From $\gamma$ to Radio - The Electromagnetic Counterpart of GW 170817

TL;DR

This paper uses numerical simulations to explain the electromagnetic signals from GW170817 as emission from a mildly relativistic cocoon formed by a jet propagating through merger ejecta, challenging simple off-axis jet models.

Contribution

It presents detailed 3D and 2D simulations showing that the electromagnetic counterparts can be explained by a cocoon emission, providing a new framework for interpreting neutron star merger observations.

Findings

Gamma-rays originate from cocoon breakout.

Radio afterglow results from cocoon interaction with interstellar medium.

Early optical signals may be boosted kilonova emission.

Abstract

The gravitational waves from the first binary neutron star merger, GW170817, were accompanied by a multi-wavelength electromagnetic counterpart, from $\gamma$-rays to radio.
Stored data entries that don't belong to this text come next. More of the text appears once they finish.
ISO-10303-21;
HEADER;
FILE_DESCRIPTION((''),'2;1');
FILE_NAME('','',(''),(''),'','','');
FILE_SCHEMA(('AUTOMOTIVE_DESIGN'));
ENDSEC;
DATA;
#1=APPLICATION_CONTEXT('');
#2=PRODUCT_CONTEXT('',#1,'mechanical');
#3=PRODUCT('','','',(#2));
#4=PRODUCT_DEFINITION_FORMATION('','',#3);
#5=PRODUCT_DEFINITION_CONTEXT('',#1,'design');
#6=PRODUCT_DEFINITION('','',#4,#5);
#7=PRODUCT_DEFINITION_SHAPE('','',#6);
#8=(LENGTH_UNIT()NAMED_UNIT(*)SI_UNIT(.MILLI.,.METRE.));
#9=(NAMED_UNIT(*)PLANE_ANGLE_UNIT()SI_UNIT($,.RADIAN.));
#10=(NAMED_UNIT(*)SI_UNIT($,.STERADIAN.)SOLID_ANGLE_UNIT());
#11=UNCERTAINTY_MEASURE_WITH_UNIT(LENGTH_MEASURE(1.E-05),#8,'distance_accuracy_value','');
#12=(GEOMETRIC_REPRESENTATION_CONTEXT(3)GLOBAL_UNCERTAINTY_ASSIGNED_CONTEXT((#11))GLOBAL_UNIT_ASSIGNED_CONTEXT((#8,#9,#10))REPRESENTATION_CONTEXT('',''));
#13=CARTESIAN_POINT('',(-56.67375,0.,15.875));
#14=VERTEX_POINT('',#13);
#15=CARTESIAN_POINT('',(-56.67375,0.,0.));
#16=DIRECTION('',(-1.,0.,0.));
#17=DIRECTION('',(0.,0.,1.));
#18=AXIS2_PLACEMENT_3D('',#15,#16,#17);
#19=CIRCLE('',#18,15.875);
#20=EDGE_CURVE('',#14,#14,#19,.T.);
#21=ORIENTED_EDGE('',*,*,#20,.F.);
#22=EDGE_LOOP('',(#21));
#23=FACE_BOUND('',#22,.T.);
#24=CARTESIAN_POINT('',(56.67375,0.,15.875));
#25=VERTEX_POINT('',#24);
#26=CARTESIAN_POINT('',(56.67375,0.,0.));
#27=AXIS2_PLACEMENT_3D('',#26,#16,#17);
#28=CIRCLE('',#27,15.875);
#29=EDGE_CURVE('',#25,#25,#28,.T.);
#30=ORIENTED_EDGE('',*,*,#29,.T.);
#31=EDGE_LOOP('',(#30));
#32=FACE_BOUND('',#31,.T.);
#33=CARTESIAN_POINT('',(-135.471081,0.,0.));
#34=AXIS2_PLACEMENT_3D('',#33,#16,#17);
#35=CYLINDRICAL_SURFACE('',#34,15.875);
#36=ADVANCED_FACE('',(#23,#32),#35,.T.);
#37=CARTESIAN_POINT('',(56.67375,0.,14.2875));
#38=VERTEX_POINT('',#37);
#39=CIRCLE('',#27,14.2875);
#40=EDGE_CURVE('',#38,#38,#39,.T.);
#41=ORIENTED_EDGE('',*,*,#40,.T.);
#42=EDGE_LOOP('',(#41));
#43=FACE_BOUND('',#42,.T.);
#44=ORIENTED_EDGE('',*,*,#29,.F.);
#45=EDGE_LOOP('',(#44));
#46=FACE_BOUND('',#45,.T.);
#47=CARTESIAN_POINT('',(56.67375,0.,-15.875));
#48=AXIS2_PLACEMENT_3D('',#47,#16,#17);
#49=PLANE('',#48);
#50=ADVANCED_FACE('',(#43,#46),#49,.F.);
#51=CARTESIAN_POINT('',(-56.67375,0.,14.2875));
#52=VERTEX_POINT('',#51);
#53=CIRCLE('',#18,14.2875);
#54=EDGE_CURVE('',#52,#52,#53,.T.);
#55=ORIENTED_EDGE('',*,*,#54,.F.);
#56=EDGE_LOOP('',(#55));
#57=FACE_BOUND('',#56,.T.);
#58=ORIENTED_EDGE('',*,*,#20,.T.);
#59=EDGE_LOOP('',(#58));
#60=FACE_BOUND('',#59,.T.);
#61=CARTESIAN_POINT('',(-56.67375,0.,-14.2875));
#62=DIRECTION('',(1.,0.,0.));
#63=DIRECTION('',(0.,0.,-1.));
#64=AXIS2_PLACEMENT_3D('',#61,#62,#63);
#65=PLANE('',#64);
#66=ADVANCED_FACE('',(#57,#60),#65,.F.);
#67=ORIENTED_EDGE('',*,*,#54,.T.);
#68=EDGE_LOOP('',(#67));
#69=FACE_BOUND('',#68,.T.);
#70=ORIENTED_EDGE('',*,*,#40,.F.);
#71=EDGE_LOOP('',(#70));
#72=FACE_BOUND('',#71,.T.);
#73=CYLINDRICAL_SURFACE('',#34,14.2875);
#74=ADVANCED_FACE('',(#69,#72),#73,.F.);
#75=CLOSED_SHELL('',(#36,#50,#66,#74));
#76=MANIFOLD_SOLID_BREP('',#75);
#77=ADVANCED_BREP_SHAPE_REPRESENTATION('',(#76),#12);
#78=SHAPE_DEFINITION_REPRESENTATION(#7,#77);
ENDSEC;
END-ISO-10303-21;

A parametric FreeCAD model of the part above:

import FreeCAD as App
import Part
import Sketcher
from FreeCAD import Vector
Q = App.Units.Quantity

doc = App.newDocument("Part")
params = doc.addObject("Spreadsheet::Sheet", "Params")
for row, (alias, value) in enumerate([
    ("sketch1_height", "0.0625 in"),
    ("revolution_angle", "360 deg"),
], start=1):
    params.set(f"A{row}", alias)
    params.set(f"B{row}", "=" + value)
    params.setAlias(f"B{row}", alias)

body = doc.addObject("PartDesign::Body", "Body")

# Sketch on XZ plane
sketch1 = doc.addObject("Sketcher::SketchObject", "Sketch")
body.addObject(sketch1)
sketch1.AttachmentSupport = (doc.XZ_Plane, [""])
sketch1.MapMode = "FlatFace"
sketch1.addGeometry(Part.LineSegment(Vector(-56.7, -15.9, 0), Vector(-56.7, -14.3, 0)), False)
sketch1.addGeometry(Part.LineSegment(Vector(-56.7, -14.3, 0), Vector(56.7, -14.3, 0)), False)
sketch1.addGeometry(Part.LineSegment(Vector(56.7, -14.3, 0), Vector(56.7, -15.9, 0)), False)
sketch1.addGeometry(Part.LineSegment(Vector(56.7, -15.9, 0), Vector(-56.7, -15.9, 0)), False)
sketch1.addConstraint(Sketcher.Constraint("Coincident", 0, 2, 1, 1))
sketch1.addConstraint(Sketcher.Constraint("Coincident", 1, 2, 2, 1))
sketch1.addConstraint(Sketcher.Constraint("Coincident", 2, 2, 3, 1))
sketch1.addConstraint(Sketcher.Constraint("Coincident", 3, 2, 0, 1))
sketch1.addConstraint(Sketcher.Constraint("Vertical", 0))
sketch1.addConstraint(Sketcher.Constraint("Horizontal", 1))
sketch1.addConstraint(Sketcher.Constraint("Vertical", 2))
sketch1.addConstraint(Sketcher.Constraint("Horizontal", 3))
sketch1.addConstraint(Sketcher.Constraint("DistanceY", 0, 1, 0, 2, Q("0.0625 in")))
sketch1.addConstraint(Sketcher.Constraint("DistanceX", 1, 1, 1, 2, Q("4.4625 in")))
sketch1.addConstraint(Sketcher.Constraint("DistanceY", 0, 2, -1, 1, Q("0.5625 in")))
sketch1.addConstraint(Sketcher.Constraint("DistanceX", 0, 2, -1, 1, 56.67375))
sketch1.setExpression("Constraints[8]", "Params.sketch1_height")
revolution = doc.addObject("PartDesign::Revolution", "Revolution")
body.addObject(revolution)
revolution.Profile = sketch1
revolution.ReferenceAxis = (sketch1, ["H_Axis"])
revolution.setExpression("Angle", "Params.revolution_angle")

doc.recompute()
The accompanying gamma-rays, seems at first to confirm the association of mergers with short gamma-ray bursts (sGRBs). The common interpretation was that we see an emission from an sGRB jet seen off-axis. However, a closer examination of the sub-luminous $\gamma$-rays and the peculiar radio afterglow were inconsistent with this simple interpretation. Here we present results of 3D and 2D numerical simulations that follow the hydrodynamics and emission of the outflow from a neutron star merger form its ejection and up to its deceleration by the circum-merger medium. Our results show that the entire set of $\gamma$-rays, X-rays and radio observations can be explained by the emission from a mildly relativistic cocoon material (Lorentz factor $\sim$2-5) that was formed while a jet propagated through the material ejected during the merger. The $\gamma$-rays are generated when the cocoon breaks out from the engulfing ejecta while the afterglow is produced by interaction of the cocoon matter with the interstellar medium. The strong early uv/optical signal may be a Lorentz boosted macronova/kilonova. The fate of the jet itself is currently unknown, but our full-EM models define a path to resolving between successful and choked jet scenarios, outputting coupled predictions for the image size, morphology, observed time-dependent polarization and light curve behavior from radio to X-ray. The predictive power of these models will prove key in interpreting the on-going multi-faceted observations of this unprecedented event.